While recognition of words was generally quite good, most participants still found the systems occasionally lacking in accuracy. Having to repeat themselves or repair a misunderstood message was frustrating and would not be practical while on the go or in the car. Many also commented that they wished the systems learned more about their unique accents, phrasing, and habits to better understand their commands and intentions.

Complex task capabilities

Overall, participants commented favorably on the convenience of voice command for simple “black and white” tasks, noting lots of room for improvement on more complex tasks.

Dedicated features such as weather, movies, and messages were in some cases faster and easier through voice commands than through manual interaction. Participants liked the interactive dialogs for these functions, which anticipated and presented relevant information in an easily understood way.

Outside of these basic functions, most systems were only able to provide a list of search results for questions like “how to tie a scarf,” presenting options to participants but not reading them aloud or giving immediate answers.

Combined with a poor awareness of the context and process of participants, these limitations made setting up a complex plan like dinner and a movie a quite a challenging task. Siri provided some semblance of context by allowing participants to scroll up to view previous interactions, but was not much better than Google Now or Cortana at making use of this information to maintain a coherent story throughout the process. This was clear when one participant, compensating for this limitation, used a pen and paper to keep track of her plan’s details throughout the process.

Clarity of options

Participants were also unsure about what they could or couldn’t use their voice for, as there was no obvious indication of options or available commands. This was apparent when a few participants experimented and discovered functions they weren’t aware of.

Further limitations included the inability to parse multiple commands at once, forcing participants to break up their questions.

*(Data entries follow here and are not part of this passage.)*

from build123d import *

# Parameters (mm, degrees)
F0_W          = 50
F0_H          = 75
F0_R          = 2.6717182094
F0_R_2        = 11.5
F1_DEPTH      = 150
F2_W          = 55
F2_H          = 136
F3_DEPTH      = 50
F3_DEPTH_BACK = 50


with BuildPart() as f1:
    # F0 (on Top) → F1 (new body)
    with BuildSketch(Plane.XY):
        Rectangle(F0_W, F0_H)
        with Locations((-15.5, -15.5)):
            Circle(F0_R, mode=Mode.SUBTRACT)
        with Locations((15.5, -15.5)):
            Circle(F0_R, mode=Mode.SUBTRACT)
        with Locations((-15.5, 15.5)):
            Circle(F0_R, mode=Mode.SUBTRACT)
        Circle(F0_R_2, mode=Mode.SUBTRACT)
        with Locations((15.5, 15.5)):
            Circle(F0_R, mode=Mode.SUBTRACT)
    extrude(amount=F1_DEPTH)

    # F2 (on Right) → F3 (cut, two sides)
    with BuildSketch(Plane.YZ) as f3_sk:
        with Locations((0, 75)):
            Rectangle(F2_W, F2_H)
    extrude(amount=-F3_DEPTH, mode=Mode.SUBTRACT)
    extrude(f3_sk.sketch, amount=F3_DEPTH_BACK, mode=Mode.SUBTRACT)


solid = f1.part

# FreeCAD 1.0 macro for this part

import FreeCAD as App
import Part
import Sketcher

V = App.Vector
Q = App.Units.Quantity

doc = App.newDocument("Part")
body = doc.addObject("PartDesign::Body", "Body")

# Sketch on XY plane
sketch1 = body.newObject("Sketcher::SketchObject", "Sketch")
sketch1.AttachmentSupport = (doc.getObject("XY_Plane"), [""])
sketch1.MapMode = "FlatFace"
sketch1.addGeometry(Part.LineSegment(V(-25, 37.5, 0), V(-25, -37.5, 0)), False)
sketch1.addGeometry(Part.LineSegment(V(-25, -37.5, 0), V(25, -37.5, 0)), False)
sketch1.addGeometry(Part.LineSegment(V(25, -37.5, 0), V(25, 37.5, 0)), False)
sketch1.addGeometry(Part.LineSegment(V(25, 37.5, 0), V(-25, 37.5, 0)), False)
sketch1.addGeometry(Part.Circle(V(-15.5, -15.5, 0), V(0, 0, 1), 2.671718), False)
sketch1.addGeometry(Part.Circle(V(15.5, -15.5, 0), V(0, 0, 1), 2.671718), False)
sketch1.addGeometry(Part.Circle(V(-15.5, 15.5, 0), V(0, 0, 1), 2.671718), False)
sketch1.addGeometry(Part.Circle(V(0, 0, 0), V(0, 0, 1), 11.5), False)
sketch1.addGeometry(Part.Circle(V(15.5, 15.5, 0), V(0, 0, 1), 2.671718), False)
sketch1.addConstraint(Sketcher.Constraint("Coincident", 0, 2, 1, 1))
sketch1.addConstraint(Sketcher.Constraint("Coincident", 1, 2, 2, 1))
sketch1.addConstraint(Sketcher.Constraint("Coincident", 2, 2, 3, 1))
sketch1.addConstraint(Sketcher.Constraint("Coincident", 3, 2, 0, 1))
sketch1.addConstraint(Sketcher.Constraint("Vertical", 0))
sketch1.addConstraint(Sketcher.Constraint("Horizontal", 1))
sketch1.addConstraint(Sketcher.Constraint("Vertical", 2))
sketch1.addConstraint(Sketcher.Constraint("Horizontal", 3))
sketch1.addConstraint(Sketcher.Constraint("Coincident", 7, 3, -1, 1))
sketch1.addConstraint(Sketcher.Constraint("Equal", 4, 5))
sketch1.addConstraint(Sketcher.Constraint("Equal", 5, 6))
sketch1.addConstraint(Sketcher.Constraint("Equal", 6, 8))
sketch1.addConstraint(Sketcher.Constraint("Symmetric", 5, 3, 6, 3, -1, 1))
sketch1.addConstraint(Sketcher.Constraint("Symmetric", 4, 3, 8, 3, -1, 1))
sketch1.addConstraint(Sketcher.Constraint("Symmetric", 0, 2, 2, 2, -1, 1))
sketch1.addConstraint(Sketcher.Constraint("Symmetric", 4, 3, 5, 3, -2))
sketch1.addConstraint(Sketcher.Constraint("Diameter", 7, Q("23 mm")))
sketch1.addConstraint(Sketcher.Constraint("DistanceX", 1, 1, 1, 2, Q("50 mm")))
sketch1.addConstraint(Sketcher.Constraint("DistanceY", 0, 2, 0, 1, Q("75 mm")))
sketch1.addConstraint(Sketcher.Constraint("DistanceX", 4, 3, 5, 3, Q("31 mm")))
sketch1.addConstraint(Sketcher.Constraint("DistanceY", 4, 3, 6, 3, Q("31 mm")))
sketch1.addConstraint(Sketcher.Constraint("Diameter", 4, Q("5.343436 mm")))
pad1 = body.newObject("PartDesign::Pad", "Pad")
pad1.Profile = sketch1
pad1.Length = 150

# Sketch on YZ plane
sketch2 = body.newObject("Sketcher::SketchObject", "Sketch001")
sketch2.AttachmentSupport = (doc.getObject("YZ_Plane"), [""])
sketch2.MapMode = "FlatFace"
sketch2.addGeometry(Part.LineSegment(V(-27.5, 143, 0), V(-27.5, 7, 0)), False)
sketch2.addGeometry(Part.LineSegment(V(-27.5, 7, 0), V(27.5, 7, 0)), False)
sketch2.addGeometry(Part.LineSegment(V(27.5, 7, 0), V(27.5, 143, 0)), False)
sketch2.addGeometry(Part.LineSegment(V(27.5, 143, 0), V(-27.5, 143, 0)), False)
sketch2.addConstraint(Sketcher.Constraint("Coincident", 0, 2, 1, 1))
sketch2.addConstraint(Sketcher.Constraint("Coincident", 1, 2, 2, 1))
sketch2.addConstraint(Sketcher.Constraint("Coincident", 2, 2, 3, 1))
sketch2.addConstraint(Sketcher.Constraint("Coincident", 3, 2, 0, 1))
sketch2.addConstraint(Sketcher.Constraint("Vertical", 0))
sketch2.addConstraint(Sketcher.Constraint("Horizontal", 1))
sketch2.addConstraint(Sketcher.Constraint("Vertical", 2))
sketch2.addConstraint(Sketcher.Constraint("Horizontal", 3))
sketch2.addConstraint(Sketcher.Constraint("DistanceX", 1, 1, 1, 2, Q("55 mm")))
sketch2.addConstraint(Sketcher.Constraint("DistanceY", 0, 2, 0, 1, Q("136 mm")))
sketch2.addConstraint(Sketcher.Constraint("DistanceY", -1, 1, 0, 2, Q("7 mm")))
sketch2.addConstraint(Sketcher.Constraint("DistanceX", 0, 2, -1, 1, Q("27.5 mm")))
pocket1 = body.newObject("PartDesign::Pocket", "Pocket")
pocket1.Profile = sketch2
pocket1.Type = "ThroughAll"
pocket1.Midplane = True

doc.recompute()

Finally, some participants did not care for conversational turn-taking with their device and wanted to be able to stop or override the system at any point.

Conclusion

Smartphone personal assistants may still have a ways to go in following our thought processes, but they are proving to be a powerful and natural way to interact with these devices. Despite frustrations in voice recognition accuracy and unawareness of context, these systems streamline many functions to provide quick and easy information on the go.

With the intense competition between Siri, Google Now, and Cortana, it may not be long before we start talking to our devices more than we tap them.